MATERIAL TO PROCESS:

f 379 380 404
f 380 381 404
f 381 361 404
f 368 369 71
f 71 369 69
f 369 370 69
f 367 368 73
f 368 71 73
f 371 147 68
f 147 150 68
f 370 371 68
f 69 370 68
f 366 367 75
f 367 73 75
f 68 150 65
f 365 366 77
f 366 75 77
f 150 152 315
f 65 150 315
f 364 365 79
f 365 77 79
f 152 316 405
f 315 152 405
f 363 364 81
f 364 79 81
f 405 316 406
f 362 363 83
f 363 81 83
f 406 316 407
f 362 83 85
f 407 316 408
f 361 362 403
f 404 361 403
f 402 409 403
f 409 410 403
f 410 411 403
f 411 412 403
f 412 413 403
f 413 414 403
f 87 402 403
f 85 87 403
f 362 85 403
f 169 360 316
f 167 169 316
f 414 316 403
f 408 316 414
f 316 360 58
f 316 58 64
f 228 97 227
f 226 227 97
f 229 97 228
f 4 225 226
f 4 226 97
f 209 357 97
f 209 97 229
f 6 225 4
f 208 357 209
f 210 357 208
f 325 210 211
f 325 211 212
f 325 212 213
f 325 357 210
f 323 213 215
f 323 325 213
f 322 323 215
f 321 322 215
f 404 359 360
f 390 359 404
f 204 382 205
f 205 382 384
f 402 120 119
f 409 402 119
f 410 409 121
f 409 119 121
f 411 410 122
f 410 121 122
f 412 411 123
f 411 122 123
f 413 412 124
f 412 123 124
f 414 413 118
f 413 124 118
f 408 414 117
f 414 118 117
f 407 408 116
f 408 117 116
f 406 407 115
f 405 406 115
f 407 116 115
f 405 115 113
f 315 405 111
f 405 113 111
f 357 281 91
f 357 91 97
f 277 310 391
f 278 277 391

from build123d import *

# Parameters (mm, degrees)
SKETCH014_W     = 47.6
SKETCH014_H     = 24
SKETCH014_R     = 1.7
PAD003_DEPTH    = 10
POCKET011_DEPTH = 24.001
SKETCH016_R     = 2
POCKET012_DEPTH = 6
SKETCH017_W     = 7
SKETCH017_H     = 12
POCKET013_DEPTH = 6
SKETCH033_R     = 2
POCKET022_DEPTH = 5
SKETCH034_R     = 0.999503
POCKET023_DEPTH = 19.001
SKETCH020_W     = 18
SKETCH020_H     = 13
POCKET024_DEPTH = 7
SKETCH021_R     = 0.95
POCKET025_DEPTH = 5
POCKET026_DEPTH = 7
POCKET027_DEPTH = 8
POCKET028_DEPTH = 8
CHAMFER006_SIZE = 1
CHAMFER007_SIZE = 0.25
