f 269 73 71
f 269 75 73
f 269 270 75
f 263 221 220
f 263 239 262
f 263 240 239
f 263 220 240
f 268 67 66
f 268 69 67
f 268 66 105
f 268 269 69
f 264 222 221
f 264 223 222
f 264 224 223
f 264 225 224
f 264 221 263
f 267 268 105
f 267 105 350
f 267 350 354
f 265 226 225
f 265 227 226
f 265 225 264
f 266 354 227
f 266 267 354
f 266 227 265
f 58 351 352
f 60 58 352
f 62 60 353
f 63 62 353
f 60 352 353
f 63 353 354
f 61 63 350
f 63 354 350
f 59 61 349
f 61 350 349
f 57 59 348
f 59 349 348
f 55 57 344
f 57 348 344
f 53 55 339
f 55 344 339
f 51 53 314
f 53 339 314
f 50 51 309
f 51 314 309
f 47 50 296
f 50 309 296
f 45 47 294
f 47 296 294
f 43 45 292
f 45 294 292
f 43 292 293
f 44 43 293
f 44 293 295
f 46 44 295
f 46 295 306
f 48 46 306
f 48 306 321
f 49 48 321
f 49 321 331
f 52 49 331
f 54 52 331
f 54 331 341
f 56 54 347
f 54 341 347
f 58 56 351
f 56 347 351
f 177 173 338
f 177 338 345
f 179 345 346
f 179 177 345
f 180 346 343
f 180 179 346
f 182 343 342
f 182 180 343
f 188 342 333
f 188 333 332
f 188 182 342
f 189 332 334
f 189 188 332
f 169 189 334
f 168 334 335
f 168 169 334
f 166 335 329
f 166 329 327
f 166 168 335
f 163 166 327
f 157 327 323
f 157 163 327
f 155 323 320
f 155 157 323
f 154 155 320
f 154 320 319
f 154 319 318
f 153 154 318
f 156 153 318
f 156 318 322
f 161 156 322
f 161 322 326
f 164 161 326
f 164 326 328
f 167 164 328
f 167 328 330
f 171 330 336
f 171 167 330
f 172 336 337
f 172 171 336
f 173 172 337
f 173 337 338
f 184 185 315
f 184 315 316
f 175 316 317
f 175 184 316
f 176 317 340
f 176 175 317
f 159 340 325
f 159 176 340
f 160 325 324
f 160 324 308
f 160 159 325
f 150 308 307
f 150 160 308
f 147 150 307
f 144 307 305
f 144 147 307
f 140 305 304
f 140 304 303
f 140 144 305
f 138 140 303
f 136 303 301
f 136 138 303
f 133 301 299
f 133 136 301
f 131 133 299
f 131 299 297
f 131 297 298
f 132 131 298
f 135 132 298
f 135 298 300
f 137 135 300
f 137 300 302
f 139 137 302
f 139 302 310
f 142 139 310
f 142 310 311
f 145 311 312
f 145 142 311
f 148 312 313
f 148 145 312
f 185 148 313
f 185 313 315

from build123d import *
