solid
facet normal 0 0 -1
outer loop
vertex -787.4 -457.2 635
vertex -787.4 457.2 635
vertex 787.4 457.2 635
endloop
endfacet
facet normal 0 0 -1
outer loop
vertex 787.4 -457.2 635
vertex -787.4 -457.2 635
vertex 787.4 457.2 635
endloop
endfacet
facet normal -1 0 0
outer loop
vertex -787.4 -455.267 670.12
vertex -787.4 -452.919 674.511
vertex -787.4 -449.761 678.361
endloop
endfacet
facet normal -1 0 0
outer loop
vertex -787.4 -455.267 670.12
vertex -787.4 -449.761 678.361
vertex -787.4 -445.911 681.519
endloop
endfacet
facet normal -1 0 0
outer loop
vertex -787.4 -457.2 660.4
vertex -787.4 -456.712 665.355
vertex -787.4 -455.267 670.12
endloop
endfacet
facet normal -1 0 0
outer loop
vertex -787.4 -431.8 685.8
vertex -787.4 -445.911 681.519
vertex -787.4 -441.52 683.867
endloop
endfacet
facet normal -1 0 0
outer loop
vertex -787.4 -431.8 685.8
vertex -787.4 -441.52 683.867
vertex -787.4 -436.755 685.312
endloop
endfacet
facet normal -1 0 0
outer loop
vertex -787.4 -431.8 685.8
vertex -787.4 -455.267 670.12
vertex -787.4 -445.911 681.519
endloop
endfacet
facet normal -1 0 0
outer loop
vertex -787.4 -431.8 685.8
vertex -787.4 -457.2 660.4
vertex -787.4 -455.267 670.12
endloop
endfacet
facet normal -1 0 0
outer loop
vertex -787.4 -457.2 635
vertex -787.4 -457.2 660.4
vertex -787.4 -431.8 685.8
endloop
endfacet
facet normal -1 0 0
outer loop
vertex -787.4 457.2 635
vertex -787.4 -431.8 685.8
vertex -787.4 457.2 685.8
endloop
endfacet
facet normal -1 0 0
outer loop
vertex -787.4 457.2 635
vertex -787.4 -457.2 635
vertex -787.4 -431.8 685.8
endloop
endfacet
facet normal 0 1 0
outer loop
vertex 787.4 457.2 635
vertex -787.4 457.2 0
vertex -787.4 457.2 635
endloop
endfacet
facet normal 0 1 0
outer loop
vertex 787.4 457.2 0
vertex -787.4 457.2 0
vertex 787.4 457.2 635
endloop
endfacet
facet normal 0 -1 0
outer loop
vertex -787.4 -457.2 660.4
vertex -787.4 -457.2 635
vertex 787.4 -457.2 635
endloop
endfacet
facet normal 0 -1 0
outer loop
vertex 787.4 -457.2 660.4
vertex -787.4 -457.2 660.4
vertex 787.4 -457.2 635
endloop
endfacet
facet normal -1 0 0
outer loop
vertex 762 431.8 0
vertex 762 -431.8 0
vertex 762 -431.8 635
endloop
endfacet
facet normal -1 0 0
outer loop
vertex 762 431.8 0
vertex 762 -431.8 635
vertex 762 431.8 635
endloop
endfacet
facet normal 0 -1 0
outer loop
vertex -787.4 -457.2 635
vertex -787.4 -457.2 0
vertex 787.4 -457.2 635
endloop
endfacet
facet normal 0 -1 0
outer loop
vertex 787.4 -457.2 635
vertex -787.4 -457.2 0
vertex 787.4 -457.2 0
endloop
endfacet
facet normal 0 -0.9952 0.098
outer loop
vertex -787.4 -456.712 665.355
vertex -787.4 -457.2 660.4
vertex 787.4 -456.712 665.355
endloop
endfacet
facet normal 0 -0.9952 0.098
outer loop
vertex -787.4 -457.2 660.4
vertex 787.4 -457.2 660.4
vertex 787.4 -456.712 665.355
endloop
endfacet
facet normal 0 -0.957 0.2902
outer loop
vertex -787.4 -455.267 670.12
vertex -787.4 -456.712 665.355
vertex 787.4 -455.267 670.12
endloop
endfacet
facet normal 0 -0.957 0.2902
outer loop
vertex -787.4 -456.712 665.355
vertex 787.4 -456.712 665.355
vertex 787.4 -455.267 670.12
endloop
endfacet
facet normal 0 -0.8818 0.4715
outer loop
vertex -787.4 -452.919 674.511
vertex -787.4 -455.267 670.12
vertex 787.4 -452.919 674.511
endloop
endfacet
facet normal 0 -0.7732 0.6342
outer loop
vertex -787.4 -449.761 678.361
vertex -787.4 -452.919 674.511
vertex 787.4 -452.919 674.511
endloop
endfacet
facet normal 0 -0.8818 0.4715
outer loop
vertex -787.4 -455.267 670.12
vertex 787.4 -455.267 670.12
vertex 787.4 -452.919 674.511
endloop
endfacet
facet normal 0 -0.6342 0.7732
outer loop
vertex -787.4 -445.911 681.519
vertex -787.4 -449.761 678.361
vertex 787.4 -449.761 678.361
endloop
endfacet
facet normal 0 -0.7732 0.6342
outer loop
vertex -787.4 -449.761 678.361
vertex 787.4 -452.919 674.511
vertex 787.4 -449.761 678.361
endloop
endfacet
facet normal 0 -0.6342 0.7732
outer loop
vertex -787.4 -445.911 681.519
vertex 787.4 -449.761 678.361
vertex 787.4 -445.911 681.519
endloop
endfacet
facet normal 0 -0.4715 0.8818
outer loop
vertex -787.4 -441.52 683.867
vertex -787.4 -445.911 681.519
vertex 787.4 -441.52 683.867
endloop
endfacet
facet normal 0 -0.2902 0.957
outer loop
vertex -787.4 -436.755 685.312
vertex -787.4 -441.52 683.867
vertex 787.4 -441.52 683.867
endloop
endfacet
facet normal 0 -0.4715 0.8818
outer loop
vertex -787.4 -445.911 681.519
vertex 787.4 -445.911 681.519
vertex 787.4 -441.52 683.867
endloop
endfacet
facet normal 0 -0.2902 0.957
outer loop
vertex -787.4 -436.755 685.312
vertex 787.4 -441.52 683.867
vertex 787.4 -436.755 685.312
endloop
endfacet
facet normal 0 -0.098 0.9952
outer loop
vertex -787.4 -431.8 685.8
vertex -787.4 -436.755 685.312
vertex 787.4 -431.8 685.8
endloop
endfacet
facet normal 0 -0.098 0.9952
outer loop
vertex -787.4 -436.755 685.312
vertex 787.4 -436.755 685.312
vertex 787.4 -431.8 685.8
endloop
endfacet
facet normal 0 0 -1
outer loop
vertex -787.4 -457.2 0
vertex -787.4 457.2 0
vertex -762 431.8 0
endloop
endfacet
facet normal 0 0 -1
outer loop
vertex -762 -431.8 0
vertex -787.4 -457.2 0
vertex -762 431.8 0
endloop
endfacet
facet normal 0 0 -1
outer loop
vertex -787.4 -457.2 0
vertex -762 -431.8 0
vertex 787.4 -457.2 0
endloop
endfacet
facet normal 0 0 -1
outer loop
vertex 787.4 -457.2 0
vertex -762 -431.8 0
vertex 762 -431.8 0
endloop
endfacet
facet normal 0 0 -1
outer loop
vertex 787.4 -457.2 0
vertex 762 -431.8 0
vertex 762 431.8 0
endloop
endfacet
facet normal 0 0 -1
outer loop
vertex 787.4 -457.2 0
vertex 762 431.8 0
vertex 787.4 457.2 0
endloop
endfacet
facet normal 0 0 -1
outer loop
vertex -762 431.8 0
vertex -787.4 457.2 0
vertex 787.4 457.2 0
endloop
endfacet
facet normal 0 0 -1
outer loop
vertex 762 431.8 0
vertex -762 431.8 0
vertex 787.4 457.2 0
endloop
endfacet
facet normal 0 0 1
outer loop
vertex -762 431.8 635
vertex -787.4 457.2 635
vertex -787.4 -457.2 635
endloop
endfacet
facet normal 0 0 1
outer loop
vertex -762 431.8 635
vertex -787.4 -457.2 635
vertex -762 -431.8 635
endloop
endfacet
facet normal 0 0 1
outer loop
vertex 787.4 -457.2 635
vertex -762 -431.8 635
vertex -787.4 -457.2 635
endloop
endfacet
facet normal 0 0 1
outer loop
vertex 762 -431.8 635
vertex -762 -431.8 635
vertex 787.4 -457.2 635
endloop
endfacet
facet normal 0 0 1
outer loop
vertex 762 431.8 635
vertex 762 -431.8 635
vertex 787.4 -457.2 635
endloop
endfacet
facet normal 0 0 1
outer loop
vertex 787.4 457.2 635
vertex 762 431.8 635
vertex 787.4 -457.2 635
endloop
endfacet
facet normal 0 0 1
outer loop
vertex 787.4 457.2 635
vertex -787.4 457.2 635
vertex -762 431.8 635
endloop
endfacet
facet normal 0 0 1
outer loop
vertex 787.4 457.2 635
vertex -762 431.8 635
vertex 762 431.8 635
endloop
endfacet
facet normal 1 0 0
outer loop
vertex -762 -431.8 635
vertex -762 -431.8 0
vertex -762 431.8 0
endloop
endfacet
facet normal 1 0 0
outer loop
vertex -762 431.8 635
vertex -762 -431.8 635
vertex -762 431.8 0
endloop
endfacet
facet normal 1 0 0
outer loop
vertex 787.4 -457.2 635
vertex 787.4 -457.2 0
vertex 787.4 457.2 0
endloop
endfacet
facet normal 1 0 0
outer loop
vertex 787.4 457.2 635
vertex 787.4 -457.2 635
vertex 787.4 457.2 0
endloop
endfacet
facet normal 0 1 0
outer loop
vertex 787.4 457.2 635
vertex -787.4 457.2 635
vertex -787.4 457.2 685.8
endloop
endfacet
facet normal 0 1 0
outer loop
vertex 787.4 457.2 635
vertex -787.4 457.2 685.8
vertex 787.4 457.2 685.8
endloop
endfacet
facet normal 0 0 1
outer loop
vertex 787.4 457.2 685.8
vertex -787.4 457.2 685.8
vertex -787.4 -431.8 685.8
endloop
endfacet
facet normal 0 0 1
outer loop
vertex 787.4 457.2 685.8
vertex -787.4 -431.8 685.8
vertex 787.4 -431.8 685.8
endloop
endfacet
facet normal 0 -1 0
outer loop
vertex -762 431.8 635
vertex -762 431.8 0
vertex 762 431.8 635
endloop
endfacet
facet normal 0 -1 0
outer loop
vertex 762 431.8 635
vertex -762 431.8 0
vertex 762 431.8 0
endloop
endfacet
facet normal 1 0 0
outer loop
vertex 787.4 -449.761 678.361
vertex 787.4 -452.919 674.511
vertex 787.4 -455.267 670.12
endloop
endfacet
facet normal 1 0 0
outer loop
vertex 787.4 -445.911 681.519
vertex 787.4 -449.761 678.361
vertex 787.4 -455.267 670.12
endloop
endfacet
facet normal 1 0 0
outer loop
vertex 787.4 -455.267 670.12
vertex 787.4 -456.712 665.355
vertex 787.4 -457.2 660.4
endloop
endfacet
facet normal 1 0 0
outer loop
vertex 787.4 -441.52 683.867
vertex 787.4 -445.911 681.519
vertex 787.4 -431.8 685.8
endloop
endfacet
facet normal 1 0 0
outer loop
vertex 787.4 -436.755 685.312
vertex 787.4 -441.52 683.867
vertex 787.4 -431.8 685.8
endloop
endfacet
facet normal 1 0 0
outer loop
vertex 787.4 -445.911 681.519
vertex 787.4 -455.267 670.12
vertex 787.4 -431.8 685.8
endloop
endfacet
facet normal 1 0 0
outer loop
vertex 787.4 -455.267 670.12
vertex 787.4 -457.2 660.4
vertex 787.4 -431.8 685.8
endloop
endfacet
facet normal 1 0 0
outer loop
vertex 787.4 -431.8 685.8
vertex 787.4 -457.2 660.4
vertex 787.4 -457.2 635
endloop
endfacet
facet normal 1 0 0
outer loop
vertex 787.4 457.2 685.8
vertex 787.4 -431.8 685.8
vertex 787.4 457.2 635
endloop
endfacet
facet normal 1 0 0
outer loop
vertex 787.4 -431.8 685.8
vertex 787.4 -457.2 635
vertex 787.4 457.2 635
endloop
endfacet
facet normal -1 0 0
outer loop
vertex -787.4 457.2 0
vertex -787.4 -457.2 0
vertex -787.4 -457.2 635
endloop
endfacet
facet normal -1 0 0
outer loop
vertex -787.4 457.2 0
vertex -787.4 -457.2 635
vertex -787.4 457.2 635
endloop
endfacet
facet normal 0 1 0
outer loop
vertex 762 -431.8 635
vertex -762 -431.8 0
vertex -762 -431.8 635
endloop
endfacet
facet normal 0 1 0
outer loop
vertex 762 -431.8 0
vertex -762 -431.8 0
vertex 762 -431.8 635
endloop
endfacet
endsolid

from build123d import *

# Parameters (mm, degrees)
F0_W     = 1574.8
F0_H     = 914.4
F0_W_2   = 1524
F0_H_2   = 863.6
F1_DEPTH = 635
F2_W     = 1574.8
F2_H     = 914.4
F3_DEPTH = 50.8
F4_R     = 25.4


with BuildPart() as f1:
    # F0 (on Top) → F1 (new body)
    with BuildSketch(Plane.XY):
        Rectangle(F0_W, F0_H)
        Rectangle(F0_W_2, F0_H_2, mode=Mode.SUBTRACT)
    extrude(amount=F1_DEPTH)


with BuildPart() as f3:
    # F2 (on face) → F3 (new body)
    with BuildSketch(Plane.XY.offset(635)):
        Rectangle(F2_W, F2_H)
    extrude(amount=F3_DEPTH)

    # F4
    f4_edges = [f3.edges().sort_by_distance(p)[0] for p in [
        (0, -457.2, 685.8),
    ]]
    fillet(f4_edges, radius=F4_R)


solid = Compound([f1.part, f3.part])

WHAT IS EXPECTED: Your answer should be exactly the lines of the data above, from the first through the line containing "f 363 81 83".

RESPONSE:
f 379 380 404
f 380 381 404
f 381 361 404
f 368 369 71
f 71 369 69
f 369 370 69
f 367 368 73
f 368 71 73
f 371 147 68
f 147 150 68
f 370 371 68
f 69 370 68
f 366 367 75
f 367 73 75
f 68 150 65
f 365 366 77
f 366 75 77
f 150 152 315
f 65 150 315
f 364 365 79
f 365 77 79
f 152 316 405
f 315 152 405
f 363 364 81
f 364 79 81
f 405 316 406
f 362 363 83
f 363 81 83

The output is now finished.